• ENTRIES PROVIDED
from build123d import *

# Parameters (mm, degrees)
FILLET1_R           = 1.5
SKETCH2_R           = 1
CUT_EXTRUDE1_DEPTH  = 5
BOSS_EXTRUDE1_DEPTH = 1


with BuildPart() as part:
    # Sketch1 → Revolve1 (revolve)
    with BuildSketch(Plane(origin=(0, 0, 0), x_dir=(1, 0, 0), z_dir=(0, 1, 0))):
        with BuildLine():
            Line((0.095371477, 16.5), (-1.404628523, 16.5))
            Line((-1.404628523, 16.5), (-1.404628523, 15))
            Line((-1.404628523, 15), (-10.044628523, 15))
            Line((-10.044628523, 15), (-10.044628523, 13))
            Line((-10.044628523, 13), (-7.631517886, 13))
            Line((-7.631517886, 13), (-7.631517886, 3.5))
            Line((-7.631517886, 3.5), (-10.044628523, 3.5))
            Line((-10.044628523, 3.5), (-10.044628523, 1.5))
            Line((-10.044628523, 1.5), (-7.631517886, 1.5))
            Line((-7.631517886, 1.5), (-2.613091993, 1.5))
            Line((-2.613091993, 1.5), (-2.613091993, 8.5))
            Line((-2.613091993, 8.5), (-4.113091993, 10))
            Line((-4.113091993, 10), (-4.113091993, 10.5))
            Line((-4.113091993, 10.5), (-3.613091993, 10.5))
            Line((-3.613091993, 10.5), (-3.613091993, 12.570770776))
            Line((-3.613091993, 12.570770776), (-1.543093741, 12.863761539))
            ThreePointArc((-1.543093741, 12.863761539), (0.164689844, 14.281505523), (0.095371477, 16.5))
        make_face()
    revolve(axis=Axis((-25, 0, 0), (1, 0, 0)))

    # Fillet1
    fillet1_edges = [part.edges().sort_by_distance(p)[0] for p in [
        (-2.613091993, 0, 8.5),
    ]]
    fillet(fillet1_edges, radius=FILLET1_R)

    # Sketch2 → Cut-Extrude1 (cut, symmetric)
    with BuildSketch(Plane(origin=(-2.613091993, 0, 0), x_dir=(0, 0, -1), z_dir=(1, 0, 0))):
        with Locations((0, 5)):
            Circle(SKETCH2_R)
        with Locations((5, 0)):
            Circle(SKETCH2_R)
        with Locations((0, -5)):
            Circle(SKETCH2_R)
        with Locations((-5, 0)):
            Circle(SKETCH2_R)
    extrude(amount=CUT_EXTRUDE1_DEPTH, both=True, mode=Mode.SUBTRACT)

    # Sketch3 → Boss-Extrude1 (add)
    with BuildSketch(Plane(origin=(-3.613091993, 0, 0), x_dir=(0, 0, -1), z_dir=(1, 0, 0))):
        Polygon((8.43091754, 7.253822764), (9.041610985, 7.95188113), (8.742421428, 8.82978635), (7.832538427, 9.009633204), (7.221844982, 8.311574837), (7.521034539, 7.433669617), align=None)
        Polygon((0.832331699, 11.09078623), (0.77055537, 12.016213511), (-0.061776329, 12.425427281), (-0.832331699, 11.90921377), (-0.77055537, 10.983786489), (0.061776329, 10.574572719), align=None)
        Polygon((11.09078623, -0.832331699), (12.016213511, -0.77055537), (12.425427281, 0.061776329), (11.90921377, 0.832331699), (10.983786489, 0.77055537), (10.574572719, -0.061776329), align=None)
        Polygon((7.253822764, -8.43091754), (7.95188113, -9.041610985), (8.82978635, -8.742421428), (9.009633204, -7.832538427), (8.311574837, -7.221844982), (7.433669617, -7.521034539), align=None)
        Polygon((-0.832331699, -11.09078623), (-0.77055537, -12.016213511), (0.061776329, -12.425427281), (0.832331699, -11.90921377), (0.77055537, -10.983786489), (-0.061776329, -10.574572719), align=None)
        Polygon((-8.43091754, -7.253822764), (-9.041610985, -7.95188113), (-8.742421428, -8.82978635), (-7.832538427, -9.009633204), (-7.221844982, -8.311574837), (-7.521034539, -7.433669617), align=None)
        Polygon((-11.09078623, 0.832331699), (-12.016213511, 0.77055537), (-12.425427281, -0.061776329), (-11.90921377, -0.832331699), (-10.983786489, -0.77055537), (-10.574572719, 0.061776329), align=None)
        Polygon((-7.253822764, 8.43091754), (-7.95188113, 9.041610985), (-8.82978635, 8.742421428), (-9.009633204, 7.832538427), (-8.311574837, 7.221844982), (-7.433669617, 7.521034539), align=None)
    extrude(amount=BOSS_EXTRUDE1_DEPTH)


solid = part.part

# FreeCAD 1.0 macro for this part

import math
import FreeCAD as App
import Part
import Sketcher

V = App.Vector
Q = App.Units.Quantity


def edges_at(feature, points):
    """Names of the edges that pass closest to the given points."""
    edges = feature.Shape.Edges
    near = lambda p: min(range(len(edges)), key=lambda i: edges[i].distToShape(Part.Vertex(*p))[0])
    return sorted({f"Edge{near(p) + 1}" for p in points})

doc = App.newDocument("Part")
body = doc.addObject("PartDesign::Body", "Body")

sketch1 = doc.addObject("Sketcher::SketchObject", "Sketch")
body.addObject(sketch1)
sketch1.AttachmentSupport = (doc.XZ_Plane, [""])
sketch1.MapMode = "FlatFace"
sketch1.addGeometry(Part.LineSegment(V(0.1, -16.5, 0), V(-1.4, -16.5, 0)), False)
sketch1.addGeometry(Part.LineSegment(V(-1.4, -16.5, 0), V(-1.4, -15, 0)), False)
sketch1.addGeometry(Part.LineSegment(V(-1.4, -15, 0), V(-10, -15, 0)), False)
sketch1.addGeometry(Part.LineSegment(V(-10, -15, 0), V(-10, -13, 0)), False)
sketch1.addGeometry(Part.LineSegment(V(-10, -13, 0), V(-7.6, -13, 0)), False)
sketch1.addGeometry(Part.LineSegment(V(-7.6, -13, 0), V(-7.6, -3.5, 0)), False)
sketch1.addGeometry(Part.LineSegment(V(-7.6, -3.5, 0), V(-10, -3.5, 0)), False)
sketch1.addGeometry(Part.LineSegment(V(-10, -3.5, 0), V(-10, -1.5, 0)), False)
sketch1.addGeometry(Part.LineSegment(V(-10, -1.5, 0), V(-2.6, -1.5, 0)), False)
sketch1.addGeometry(Part.LineSegment(V(-2.6, -1.5, 0), V(-2.6, -8.5, 0)), False)
sketch1.addGeometry(Part.LineSegment(V(-2.6, -8.5, 0), V(-4.1, -10, 0)), False)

• BRIEF
Return the material in its entirety, word for word.

• WRITTEN ANSWER
from build123d import *

# Parameters (mm, degrees)
FILLET1_R           = 1.5
SKETCH2_R           = 1
CUT_EXTRUDE1_DEPTH  = 5
BOSS_EXTRUDE1_DEPTH = 1


with BuildPart() as part:
    # Sketch1 → Revolve1 (revolve)
    with BuildSketch(Plane(origin=(0, 0, 0), x_dir=(1, 0, 0), z_dir=(0, 1, 0))):
        with BuildLine():
            Line((0.095371477, 16.5), (-1.404628523, 16.5))
            Line((-1.404628523, 16.5), (-1.404628523, 15))
            Line((-1.404628523, 15), (-10.044628523, 15))
            Line((-10.044628523, 15), (-10.044628523, 13))
            Line((-10.044628523, 13), (-7.631517886, 13))
            Line((-7.631517886, 13), (-7.631517886, 3.5))
            Line((-7.631517886, 3.5), (-10.044628523, 3.5))
            Line((-10.044628523, 3.5), (-10.044628523, 1.5))
            Line((-10.044628523, 1.5), (-7.631517886, 1.5))
            Line((-7.631517886, 1.5), (-2.613091993, 1.5))
            Line((-2.613091993, 1.5), (-2.613091993, 8.5))
            Line((-2.613091993, 8.5), (-4.113091993, 10))
            Line((-4.113091993, 10), (-4.113091993, 10.5))
            Line((-4.113091993, 10.5), (-3.613091993, 10.5))
            Line((-3.613091993, 10.5), (-3.613091993, 12.570770776))
            Line((-3.613091993, 12.570770776), (-1.543093741, 12.863761539))
            ThreePointArc((-1.543093741, 12.863761539), (0.164689844, 14.281505523), (0.095371477, 16.5))
        make_face()
    revolve(axis=Axis((-25, 0, 0), (1, 0, 0)))

    # Fillet1
    fillet1_edges = [part.edges().sort_by_distance(p)[0] for p in [
        (-2.613091993, 0, 8.5),
    ]]
    fillet(fillet1_edges, radius=FILLET1_R)

    # Sketch2 → Cut-Extrude1 (cut, symmetric)
    with BuildSketch(Plane(origin=(-2.613091993, 0, 0), x_dir=(0, 0, -1), z_dir=(1, 0, 0))):
        with Locations((0, 5)):
            Circle(SKETCH2_R)
        with Locations((5, 0)):
            Circle(SKETCH2_R)
        with Locations((0, -5)):
            Circle(SKETCH2_R)
        with Locations((-5, 0)):
            Circle(SKETCH2_R)
    extrude(amount=CUT_EXTRUDE1_DEPTH, both=True, mode=Mode.SUBTRACT)

    # Sketch3 → Boss-Extrude1 (add)
    with BuildSketch(Plane(origin=(-3.613091993, 0, 0), x_dir=(0, 0, -1), z_dir=(1, 0, 0))):
        Polygon((8.43091754, 7.253822764), (9.041610985, 7.95188113), (8.742421428, 8.82978635), (7.832538427, 9.009633204), (7.221844982, 8.311574837), (7.521034539, 7.433669617), align=None)
        Polygon((0.832331699, 11.09078623), (0.77055537, 12.016213511), (-0.061776329, 12.425427281), (-0.832331699, 11.90921377), (-0.77055537, 10.983786489), (0.061776329, 10.574572719), align=None)
        Polygon((11.09078623, -0.832331699), (12.016213511, -0.77055537), (12.425427281, 0.061776329), (11.90921377, 0.832331699), (10.983786489, 0.77055537), (10.574572719, -0.061776329), align=None)
        Polygon((7.253822764, -8.43091754), (7.95188113, -9.041610985), (8.82978635, -8.742421428), (9.009633204, -7.832538427), (8.311574837, -7.221844982), (7.433669617, -7.521034539), align=None)
        Polygon((-0.832331699, -11.09078623), (-0.77055537, -12.016213511), (0.061776329, -12.425427281), (0.832331699, -11.90921377), (0.77055537, -10.983786489), (-0.061776329, -10.574572719), align=None)
        Polygon((-8.43091754, -7.253822764), (-9.041610985, -7.95188113), (-8.742421428, -8.82978635), (-7.832538427, -9.009633204), (-7.221844982, -8.311574837), (-7.521034539, -7.433669617), align=None)
        Polygon((-11.09078623, 0.832331699), (-12.016213511, 0.77055537), (-12.425427281, -0.061776329), (-11.90921377, -0.832331699), (-10.983786489, -0.77055537), (-10.574572719, 0.061776329), align=None)
        Polygon((-7.253822764, 8.43091754), (-7.95188113, 9.041610985), (-8.82978635, 8.742421428), (-9.009633204, 7.832538427), (-8.311574837, 7.221844982), (-7.433669617, 7.521034539), align=None)
    extrude(amount=BOSS_EXTRUDE1_DEPTH)


solid = part.part

# FreeCAD 1.0 macro for this part

import math
import FreeCAD as App
import Part
import Sketcher

V = App.Vector
Q = App.Units.Quantity


def edges_at(feature, points):
    """Names of the edges that pass closest to the given points."""
    edges = feature.Shape.Edges
    near = lambda p: min(range(len(edges)), key=lambda i: edges[i].distToShape(Part.Vertex(*p))[0])
    return sorted({f"Edge{near(p) + 1}" for p in points})

doc = App.newDocument("Part")
body = doc.addObject("PartDesign::Body", "Body")

sketch1 = doc.addObject("Sketcher::SketchObject", "Sketch")
body.addObject(sketch1)
sketch1.AttachmentSupport = (doc.XZ_Plane, [""])
sketch1.MapMode = "FlatFace"
sketch1.addGeometry(Part.LineSegment(V(0.1, -16.5, 0), V(-1.4, -16.5, 0)), False)
sketch1.addGeometry(Part.LineSegment(V(-1.4, -16.5, 0), V(-1.4, -15, 0)), False)
sketch1.addGeometry(Part.LineSegment(V(-1.4, -15, 0), V(-10, -15, 0)), False)
sketch1.addGeometry(Part.LineSegment(V(-10, -15, 0), V(-10, -13, 0)), False)
sketch1.addGeometry(Part.LineSegment(V(-10, -13, 0), V(-7.6, -13, 0)), False)
sketch1.addGeometry(Part.LineSegment(V(-7.6, -13, 0), V(-7.6, -3.5, 0)), False)
sketch1.addGeometry(Part.LineSegment(V(-7.6, -3.5, 0), V(-10, -3.5, 0)), False)
sketch1.addGeometry(Part.LineSegment(V(-10, -3.5, 0), V(-10, -1.5, 0)), False)
sketch1.addGeometry(Part.LineSegment(V(-10, -1.5, 0), V(-2.6, -1.5, 0)), False)
sketch1.addGeometry(Part.LineSegment(V(-2.6, -1.5, 0), V(-2.6, -8.5, 0)), False)
sketch1.addGeometry(Part.LineSegment(V(-2.6, -8.5, 0), V(-4.1, -10, 0)), False)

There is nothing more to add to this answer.